Task requirements:
Print nothing but the lines below starting at the line that holds "v 25.602 5 4.081" and ending at the line that holds "v 5 39.398 4.081", including both, each exactly as written.

Source information:
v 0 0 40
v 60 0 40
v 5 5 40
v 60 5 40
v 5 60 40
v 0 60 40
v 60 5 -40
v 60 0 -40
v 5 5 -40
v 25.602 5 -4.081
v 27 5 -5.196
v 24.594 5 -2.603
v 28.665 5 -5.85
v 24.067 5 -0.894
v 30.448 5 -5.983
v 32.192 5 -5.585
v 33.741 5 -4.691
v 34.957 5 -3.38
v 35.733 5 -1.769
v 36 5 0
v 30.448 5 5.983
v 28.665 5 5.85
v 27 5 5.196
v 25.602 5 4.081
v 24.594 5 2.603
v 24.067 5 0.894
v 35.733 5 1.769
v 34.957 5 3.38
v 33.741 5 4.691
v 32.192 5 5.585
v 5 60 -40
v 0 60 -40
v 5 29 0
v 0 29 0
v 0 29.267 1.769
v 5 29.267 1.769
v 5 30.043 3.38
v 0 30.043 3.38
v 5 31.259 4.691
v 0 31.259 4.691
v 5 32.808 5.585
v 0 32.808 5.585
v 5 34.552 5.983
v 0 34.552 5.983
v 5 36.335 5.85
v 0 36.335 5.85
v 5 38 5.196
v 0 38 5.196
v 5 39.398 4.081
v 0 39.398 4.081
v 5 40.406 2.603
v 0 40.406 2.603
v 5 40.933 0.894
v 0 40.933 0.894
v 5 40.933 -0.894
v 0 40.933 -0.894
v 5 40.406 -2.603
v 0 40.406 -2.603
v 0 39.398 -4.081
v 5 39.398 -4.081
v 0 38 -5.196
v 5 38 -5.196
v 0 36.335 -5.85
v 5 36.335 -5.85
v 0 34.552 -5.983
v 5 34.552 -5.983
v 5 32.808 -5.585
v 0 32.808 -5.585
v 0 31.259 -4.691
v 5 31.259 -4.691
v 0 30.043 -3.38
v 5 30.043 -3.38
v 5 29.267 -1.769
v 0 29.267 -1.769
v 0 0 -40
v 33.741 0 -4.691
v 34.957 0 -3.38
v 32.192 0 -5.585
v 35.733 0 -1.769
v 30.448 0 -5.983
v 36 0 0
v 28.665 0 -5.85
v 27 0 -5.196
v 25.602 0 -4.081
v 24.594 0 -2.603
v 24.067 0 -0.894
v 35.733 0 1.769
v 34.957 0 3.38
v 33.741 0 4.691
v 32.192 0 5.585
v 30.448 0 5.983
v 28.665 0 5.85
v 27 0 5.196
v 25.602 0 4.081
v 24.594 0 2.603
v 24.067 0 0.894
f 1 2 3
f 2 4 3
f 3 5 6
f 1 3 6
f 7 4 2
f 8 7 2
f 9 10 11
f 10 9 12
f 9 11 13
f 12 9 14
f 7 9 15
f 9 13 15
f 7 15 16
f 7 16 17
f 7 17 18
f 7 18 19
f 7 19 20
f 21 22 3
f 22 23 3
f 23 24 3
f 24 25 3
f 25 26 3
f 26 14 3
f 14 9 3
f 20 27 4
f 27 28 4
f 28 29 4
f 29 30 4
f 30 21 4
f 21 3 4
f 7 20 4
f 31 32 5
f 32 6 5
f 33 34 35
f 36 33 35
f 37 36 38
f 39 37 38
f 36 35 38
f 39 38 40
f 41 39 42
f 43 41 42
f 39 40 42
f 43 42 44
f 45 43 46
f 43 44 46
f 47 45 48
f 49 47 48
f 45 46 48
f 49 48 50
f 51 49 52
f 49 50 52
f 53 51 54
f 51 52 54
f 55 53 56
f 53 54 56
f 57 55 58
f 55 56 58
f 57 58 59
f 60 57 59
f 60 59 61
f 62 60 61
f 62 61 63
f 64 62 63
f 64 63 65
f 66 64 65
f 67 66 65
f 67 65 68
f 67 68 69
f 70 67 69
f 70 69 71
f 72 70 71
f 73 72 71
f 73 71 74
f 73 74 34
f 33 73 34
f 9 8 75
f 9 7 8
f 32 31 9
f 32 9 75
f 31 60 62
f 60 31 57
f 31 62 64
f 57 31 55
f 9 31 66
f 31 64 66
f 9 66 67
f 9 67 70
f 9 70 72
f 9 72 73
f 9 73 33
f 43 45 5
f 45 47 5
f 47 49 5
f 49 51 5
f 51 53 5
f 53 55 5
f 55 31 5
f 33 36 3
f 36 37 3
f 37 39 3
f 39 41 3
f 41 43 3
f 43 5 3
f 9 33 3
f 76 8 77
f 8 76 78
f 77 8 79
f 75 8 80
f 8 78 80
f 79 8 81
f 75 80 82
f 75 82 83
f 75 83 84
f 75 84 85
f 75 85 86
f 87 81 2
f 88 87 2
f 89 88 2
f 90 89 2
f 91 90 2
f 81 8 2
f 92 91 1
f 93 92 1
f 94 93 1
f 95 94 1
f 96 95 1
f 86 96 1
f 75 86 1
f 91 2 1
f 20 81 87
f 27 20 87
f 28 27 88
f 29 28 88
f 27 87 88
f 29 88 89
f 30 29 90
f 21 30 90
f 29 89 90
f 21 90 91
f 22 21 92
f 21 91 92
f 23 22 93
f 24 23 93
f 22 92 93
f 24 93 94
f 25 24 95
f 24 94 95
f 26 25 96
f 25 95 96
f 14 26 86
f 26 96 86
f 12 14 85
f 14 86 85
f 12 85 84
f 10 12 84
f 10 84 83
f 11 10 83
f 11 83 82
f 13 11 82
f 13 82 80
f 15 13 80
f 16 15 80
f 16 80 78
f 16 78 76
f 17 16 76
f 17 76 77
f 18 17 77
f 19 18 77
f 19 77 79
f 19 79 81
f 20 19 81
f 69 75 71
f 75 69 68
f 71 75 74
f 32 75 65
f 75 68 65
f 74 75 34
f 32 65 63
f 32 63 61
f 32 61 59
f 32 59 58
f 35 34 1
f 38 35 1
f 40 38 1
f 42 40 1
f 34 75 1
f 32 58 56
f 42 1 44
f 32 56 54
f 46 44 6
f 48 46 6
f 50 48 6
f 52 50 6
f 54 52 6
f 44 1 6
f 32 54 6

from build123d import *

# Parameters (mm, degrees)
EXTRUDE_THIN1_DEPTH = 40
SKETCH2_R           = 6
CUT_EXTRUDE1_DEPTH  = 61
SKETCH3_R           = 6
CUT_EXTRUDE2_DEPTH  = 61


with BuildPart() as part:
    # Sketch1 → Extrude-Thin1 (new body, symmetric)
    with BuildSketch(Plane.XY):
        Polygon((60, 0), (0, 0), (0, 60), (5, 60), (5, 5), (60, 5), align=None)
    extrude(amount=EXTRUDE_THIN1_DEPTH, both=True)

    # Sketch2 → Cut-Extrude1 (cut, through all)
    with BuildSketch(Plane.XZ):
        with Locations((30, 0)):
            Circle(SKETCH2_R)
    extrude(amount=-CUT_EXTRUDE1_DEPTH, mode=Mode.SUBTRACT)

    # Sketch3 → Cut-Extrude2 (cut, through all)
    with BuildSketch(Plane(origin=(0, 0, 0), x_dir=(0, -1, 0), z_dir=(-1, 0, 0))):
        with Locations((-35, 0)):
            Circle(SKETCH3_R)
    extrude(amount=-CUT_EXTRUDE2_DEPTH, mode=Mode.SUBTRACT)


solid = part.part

==

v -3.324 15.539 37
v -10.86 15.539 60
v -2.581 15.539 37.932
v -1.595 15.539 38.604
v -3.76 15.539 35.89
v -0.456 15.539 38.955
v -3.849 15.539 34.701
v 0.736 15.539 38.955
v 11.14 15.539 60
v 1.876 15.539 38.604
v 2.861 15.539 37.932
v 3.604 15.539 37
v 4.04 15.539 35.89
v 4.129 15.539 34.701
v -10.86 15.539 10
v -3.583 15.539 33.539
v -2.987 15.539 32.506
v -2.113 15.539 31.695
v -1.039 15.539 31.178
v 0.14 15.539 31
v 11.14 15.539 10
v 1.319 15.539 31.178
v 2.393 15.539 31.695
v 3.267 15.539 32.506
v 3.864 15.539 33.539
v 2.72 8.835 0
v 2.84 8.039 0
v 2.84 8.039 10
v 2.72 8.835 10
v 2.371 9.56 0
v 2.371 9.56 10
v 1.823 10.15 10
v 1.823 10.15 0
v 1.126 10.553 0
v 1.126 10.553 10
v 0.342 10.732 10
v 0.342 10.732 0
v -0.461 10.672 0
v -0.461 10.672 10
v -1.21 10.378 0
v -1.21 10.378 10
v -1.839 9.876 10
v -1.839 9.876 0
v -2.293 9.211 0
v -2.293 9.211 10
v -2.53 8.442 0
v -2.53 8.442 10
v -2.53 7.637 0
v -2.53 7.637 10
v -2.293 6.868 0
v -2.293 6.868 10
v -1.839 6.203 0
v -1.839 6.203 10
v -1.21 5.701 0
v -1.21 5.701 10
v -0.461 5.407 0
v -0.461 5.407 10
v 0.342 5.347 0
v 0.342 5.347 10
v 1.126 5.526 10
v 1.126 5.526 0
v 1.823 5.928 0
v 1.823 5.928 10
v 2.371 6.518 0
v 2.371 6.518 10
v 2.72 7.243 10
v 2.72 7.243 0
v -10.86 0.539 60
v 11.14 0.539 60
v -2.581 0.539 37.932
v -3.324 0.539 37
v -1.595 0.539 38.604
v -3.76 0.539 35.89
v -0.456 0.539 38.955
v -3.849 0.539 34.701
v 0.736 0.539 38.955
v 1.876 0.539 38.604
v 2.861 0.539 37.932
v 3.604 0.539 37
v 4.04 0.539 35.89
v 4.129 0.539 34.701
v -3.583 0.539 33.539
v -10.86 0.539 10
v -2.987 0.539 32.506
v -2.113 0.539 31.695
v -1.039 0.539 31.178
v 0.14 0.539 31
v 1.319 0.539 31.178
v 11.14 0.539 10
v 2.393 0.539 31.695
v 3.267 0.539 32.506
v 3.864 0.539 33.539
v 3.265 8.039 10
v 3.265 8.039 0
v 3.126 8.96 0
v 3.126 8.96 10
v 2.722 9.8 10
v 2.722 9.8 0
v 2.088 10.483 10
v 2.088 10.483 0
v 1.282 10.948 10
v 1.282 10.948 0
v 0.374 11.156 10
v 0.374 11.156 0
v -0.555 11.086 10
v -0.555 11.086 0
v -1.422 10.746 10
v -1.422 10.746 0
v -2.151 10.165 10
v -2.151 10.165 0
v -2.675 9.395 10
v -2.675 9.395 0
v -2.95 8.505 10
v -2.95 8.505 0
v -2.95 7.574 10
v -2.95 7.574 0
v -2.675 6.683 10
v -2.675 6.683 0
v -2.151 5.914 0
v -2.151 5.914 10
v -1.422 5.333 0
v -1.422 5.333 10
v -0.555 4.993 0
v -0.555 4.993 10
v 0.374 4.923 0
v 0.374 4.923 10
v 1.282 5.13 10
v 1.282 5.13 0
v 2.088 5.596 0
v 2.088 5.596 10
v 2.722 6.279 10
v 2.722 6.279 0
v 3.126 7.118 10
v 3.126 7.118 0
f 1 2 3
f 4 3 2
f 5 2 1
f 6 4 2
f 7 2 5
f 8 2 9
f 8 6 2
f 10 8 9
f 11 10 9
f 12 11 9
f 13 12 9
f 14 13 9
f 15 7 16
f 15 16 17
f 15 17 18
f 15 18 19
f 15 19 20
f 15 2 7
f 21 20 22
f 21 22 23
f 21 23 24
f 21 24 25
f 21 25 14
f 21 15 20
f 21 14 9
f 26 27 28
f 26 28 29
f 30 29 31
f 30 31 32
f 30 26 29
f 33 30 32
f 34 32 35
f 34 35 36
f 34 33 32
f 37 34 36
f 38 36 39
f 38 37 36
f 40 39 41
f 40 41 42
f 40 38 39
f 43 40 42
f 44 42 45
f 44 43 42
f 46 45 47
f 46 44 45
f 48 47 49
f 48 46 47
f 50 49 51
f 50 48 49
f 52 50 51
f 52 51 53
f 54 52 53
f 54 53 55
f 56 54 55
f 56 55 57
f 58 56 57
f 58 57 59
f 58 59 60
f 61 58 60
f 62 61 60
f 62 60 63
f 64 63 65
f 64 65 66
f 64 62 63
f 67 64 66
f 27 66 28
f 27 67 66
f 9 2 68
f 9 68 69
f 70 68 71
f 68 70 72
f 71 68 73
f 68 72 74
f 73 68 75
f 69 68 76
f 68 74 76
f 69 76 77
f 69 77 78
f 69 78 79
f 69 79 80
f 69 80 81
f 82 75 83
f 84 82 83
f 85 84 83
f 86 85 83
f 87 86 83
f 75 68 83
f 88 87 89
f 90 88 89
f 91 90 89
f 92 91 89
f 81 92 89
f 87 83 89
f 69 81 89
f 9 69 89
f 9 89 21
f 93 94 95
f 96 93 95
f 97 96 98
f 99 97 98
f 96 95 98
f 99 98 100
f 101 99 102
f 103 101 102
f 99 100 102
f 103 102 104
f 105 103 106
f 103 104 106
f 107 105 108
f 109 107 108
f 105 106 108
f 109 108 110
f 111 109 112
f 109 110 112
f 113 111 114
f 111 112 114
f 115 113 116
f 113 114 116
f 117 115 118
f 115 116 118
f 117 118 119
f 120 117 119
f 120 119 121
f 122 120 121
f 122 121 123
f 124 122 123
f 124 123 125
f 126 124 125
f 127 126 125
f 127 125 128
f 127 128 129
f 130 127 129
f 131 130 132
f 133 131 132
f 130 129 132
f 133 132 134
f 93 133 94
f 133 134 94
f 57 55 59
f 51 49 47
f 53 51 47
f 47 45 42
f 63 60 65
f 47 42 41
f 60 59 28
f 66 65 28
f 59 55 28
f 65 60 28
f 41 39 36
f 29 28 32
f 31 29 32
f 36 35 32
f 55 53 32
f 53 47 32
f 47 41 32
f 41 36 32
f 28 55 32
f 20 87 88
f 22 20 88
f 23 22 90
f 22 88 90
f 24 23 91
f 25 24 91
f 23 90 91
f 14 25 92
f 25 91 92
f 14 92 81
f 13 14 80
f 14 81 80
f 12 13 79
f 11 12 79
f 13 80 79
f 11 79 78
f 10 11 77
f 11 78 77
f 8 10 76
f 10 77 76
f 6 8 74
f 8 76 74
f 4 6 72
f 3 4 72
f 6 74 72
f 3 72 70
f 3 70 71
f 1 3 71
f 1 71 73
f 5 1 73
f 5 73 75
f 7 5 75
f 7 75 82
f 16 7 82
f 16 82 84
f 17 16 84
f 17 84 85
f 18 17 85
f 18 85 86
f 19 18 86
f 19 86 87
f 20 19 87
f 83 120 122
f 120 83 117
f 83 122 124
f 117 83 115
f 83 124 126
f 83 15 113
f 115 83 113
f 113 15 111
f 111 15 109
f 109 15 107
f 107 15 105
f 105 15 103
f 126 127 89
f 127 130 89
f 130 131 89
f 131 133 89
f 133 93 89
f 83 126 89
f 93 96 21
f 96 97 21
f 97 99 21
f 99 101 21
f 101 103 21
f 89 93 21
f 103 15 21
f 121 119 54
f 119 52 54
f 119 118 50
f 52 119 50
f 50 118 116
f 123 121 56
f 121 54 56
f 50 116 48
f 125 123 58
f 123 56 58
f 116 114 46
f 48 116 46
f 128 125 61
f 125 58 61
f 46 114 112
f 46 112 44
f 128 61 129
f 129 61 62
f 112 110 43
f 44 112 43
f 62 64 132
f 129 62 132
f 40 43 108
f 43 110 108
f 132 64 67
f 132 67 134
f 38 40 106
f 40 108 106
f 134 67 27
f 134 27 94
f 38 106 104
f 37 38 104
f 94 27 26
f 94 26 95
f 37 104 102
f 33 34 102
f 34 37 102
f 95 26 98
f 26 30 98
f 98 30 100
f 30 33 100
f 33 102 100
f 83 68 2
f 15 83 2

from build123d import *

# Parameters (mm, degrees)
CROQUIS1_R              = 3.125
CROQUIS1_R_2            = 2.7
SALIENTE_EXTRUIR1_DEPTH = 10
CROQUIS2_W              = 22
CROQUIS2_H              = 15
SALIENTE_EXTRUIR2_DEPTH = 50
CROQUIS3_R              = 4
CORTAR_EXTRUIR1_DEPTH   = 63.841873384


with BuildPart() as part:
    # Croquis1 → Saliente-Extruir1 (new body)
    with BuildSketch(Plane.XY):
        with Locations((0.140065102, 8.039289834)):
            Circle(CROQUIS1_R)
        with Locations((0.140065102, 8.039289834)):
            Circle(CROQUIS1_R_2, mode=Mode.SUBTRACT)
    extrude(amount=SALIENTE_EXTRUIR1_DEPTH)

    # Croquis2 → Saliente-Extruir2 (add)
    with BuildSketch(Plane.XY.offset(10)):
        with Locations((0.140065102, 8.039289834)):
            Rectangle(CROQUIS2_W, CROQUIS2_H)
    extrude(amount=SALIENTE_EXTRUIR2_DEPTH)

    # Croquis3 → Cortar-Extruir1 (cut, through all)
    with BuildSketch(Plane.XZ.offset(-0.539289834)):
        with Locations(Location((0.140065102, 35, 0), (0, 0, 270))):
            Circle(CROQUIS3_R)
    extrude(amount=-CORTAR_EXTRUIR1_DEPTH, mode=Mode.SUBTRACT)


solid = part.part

Task result:
v 25.602 5 4.081
v 24.594 5 2.603
v 24.067 5 0.894
v 35.733 5 1.769
v 34.957 5 3.38
v 33.741 5 4.691
v 32.192 5 5.585
v 5 60 -40
v 0 60 -40
v 5 29 0
v 0 29 0
v 0 29.267 1.769
v 5 29.267 1.769
v 5 30.043 3.38
v 0 30.043 3.38
v 5 31.259 4.691
v 0 31.259 4.691
v 5 32.808 5.585
v 0 32.808 5.585
v 5 34.552 5.983
v 0 34.552 5.983
v 5 36.335 5.85
v 0 36.335 5.85
v 5 38 5.196
v 0 38 5.196
v 5 39.398 4.081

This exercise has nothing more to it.